Your instructions:
In the listing below, print exactly the lines from the first through the one that contains "v 73.646 44.324 38.1".
::: Given information :::
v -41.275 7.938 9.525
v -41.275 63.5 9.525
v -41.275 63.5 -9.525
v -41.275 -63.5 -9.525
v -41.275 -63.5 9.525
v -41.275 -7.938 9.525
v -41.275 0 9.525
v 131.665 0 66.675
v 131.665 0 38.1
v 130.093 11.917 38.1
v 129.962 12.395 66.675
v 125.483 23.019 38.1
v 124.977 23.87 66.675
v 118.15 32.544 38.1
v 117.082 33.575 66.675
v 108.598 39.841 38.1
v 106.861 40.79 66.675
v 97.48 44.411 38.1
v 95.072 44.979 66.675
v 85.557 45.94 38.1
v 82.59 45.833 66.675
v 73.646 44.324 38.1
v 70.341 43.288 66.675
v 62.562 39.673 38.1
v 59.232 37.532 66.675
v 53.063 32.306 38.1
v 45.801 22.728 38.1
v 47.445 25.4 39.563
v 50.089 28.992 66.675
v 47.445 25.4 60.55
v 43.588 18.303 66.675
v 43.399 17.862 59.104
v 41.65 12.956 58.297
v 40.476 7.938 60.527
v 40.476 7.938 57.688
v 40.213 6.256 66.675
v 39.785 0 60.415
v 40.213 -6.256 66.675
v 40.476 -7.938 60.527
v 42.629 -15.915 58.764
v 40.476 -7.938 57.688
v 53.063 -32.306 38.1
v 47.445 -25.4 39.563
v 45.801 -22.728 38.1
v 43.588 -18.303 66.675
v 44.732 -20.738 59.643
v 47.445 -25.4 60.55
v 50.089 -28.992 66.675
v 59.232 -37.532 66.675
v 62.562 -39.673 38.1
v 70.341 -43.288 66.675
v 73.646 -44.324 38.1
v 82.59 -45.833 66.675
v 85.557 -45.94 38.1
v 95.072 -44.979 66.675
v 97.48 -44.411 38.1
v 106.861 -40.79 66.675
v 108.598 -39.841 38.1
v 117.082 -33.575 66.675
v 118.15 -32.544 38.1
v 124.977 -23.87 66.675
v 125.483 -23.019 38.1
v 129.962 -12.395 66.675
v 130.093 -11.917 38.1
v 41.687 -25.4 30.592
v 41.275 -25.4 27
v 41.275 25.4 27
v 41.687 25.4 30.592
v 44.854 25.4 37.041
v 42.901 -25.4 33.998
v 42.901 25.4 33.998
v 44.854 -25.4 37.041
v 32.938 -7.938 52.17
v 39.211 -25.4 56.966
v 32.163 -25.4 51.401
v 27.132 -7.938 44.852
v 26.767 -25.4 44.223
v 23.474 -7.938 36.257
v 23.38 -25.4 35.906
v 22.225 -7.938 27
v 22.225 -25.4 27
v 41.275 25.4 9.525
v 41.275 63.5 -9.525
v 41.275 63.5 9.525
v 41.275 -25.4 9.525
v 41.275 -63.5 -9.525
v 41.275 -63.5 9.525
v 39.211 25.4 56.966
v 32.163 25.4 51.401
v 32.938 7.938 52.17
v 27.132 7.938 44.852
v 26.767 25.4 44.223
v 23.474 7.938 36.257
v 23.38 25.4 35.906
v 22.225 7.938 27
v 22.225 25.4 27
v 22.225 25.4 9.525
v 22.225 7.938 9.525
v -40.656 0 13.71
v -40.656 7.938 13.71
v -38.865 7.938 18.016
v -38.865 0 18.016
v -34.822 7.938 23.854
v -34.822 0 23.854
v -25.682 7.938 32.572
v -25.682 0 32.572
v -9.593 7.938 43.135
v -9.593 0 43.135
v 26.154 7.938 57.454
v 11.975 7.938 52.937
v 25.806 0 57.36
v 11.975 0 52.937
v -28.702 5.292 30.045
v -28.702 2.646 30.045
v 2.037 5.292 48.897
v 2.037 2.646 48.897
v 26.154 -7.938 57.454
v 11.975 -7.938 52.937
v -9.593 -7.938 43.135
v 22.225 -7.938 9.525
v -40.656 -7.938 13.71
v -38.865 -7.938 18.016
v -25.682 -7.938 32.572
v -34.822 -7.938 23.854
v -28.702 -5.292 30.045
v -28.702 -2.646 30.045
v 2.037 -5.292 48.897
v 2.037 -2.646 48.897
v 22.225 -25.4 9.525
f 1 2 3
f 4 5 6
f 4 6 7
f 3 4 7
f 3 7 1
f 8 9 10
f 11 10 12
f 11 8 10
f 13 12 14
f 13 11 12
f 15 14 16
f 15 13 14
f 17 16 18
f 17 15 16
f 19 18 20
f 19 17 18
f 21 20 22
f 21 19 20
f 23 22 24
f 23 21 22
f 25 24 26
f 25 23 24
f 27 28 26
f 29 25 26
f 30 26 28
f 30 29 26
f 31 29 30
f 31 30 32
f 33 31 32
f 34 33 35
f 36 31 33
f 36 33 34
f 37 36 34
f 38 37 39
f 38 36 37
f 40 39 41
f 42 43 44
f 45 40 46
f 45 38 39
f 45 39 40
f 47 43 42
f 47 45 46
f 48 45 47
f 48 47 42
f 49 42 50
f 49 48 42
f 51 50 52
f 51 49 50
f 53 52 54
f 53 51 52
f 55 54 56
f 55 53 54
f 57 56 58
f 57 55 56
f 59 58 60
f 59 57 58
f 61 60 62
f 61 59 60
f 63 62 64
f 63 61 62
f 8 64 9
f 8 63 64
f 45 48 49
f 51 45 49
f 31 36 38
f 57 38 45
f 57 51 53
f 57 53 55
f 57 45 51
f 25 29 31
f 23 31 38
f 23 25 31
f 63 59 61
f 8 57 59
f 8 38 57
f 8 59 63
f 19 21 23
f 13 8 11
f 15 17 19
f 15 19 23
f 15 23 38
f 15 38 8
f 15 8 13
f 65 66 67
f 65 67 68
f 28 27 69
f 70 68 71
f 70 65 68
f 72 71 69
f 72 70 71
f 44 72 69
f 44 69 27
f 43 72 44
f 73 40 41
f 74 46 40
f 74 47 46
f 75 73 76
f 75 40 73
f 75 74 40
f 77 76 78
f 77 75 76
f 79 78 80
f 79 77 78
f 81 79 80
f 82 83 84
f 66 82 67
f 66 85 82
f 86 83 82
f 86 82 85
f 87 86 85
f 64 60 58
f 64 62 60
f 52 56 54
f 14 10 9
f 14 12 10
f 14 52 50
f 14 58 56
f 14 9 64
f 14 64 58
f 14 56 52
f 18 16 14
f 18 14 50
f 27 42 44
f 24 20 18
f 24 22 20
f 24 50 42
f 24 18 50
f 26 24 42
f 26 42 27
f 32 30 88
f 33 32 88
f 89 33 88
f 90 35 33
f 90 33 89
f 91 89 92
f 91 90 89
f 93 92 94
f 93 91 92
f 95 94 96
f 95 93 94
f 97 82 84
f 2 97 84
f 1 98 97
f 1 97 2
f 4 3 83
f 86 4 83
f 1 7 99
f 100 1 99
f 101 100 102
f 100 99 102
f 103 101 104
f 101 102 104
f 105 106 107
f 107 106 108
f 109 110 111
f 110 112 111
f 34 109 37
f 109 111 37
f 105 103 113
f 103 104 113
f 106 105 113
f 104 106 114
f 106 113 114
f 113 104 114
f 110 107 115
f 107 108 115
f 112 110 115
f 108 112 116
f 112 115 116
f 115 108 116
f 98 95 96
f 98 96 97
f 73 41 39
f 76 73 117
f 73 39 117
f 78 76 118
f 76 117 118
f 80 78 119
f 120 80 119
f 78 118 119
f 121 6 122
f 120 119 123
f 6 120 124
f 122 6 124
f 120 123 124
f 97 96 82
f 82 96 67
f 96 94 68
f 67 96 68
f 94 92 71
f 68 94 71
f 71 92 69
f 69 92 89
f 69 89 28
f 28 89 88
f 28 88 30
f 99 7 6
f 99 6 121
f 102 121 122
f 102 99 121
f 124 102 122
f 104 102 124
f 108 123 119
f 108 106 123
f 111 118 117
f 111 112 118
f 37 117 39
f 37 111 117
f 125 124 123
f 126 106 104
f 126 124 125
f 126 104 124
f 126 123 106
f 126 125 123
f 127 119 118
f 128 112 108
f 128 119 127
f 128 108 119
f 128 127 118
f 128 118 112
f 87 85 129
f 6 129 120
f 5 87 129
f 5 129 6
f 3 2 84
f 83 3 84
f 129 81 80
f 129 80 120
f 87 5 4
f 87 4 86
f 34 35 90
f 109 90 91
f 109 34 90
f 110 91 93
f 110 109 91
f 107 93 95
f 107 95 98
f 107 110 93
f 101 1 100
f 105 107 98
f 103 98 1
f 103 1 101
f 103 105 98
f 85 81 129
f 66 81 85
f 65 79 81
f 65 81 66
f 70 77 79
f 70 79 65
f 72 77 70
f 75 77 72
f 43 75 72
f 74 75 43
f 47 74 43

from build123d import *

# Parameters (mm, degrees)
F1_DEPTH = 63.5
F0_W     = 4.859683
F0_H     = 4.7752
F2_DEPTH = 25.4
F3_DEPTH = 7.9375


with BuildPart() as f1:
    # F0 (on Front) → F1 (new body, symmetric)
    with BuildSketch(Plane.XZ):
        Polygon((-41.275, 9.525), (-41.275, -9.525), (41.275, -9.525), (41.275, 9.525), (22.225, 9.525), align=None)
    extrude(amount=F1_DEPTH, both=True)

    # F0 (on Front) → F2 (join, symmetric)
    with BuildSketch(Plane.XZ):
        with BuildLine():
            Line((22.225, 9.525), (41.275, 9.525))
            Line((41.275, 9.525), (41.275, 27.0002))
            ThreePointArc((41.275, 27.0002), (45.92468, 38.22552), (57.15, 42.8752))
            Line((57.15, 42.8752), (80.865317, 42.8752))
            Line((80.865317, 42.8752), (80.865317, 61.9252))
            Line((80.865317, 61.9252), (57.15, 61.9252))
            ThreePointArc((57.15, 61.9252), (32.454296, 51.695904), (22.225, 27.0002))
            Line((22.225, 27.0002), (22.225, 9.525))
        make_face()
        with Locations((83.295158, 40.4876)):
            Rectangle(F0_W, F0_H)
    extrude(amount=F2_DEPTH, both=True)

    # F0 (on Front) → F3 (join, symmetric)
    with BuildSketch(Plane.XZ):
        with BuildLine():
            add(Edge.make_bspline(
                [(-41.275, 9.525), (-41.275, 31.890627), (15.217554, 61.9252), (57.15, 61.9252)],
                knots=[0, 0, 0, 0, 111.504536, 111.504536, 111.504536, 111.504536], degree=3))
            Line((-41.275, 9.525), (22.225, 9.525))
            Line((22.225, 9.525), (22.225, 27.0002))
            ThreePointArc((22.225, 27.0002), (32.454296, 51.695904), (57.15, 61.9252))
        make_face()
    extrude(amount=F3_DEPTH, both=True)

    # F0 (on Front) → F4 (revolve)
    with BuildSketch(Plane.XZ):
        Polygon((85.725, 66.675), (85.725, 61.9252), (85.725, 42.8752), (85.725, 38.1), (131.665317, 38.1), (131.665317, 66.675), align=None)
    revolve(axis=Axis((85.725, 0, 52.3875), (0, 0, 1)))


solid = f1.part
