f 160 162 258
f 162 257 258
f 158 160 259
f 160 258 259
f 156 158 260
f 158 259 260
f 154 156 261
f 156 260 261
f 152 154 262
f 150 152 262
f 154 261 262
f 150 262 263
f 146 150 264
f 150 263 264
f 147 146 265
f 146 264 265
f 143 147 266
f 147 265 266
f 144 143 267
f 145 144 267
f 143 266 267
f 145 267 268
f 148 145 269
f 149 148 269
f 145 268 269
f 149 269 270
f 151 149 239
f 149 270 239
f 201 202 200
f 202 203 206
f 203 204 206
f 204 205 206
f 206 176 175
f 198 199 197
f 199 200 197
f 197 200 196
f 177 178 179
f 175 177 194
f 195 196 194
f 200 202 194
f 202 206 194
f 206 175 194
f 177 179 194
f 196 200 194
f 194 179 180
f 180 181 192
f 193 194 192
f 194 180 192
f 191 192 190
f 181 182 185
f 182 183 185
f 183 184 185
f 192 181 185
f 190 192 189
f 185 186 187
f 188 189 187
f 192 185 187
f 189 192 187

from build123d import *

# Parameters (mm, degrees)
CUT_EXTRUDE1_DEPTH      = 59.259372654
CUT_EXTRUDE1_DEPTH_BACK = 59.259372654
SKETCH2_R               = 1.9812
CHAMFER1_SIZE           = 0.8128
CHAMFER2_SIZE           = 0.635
:::
Written answer:
v -41.275 7.938 9.525
v -41.275 63.5 9.525
v -41.275 63.5 -9.525
v -41.275 -63.5 -9.525
v -41.275 -63.5 9.525
v -41.275 -7.938 9.525
v -41.275 0 9.525
v 131.665 0 66.675
v 131.665 0 38.1
v 130.093 11.917 38.1
v 129.962 12.395 66.675
v 125.483 23.019 38.1
v 124.977 23.87 66.675
v 118.15 32.544 38.1
v 117.082 33.575 66.675
v 108.598 39.841 38.1
v 106.861 40.79 66.675
v 97.48 44.411 38.1
v 95.072 44.979 66.675
v 85.557 45.94 38.1
v 82.59 45.833 66.675
v 73.646 44.324 38.1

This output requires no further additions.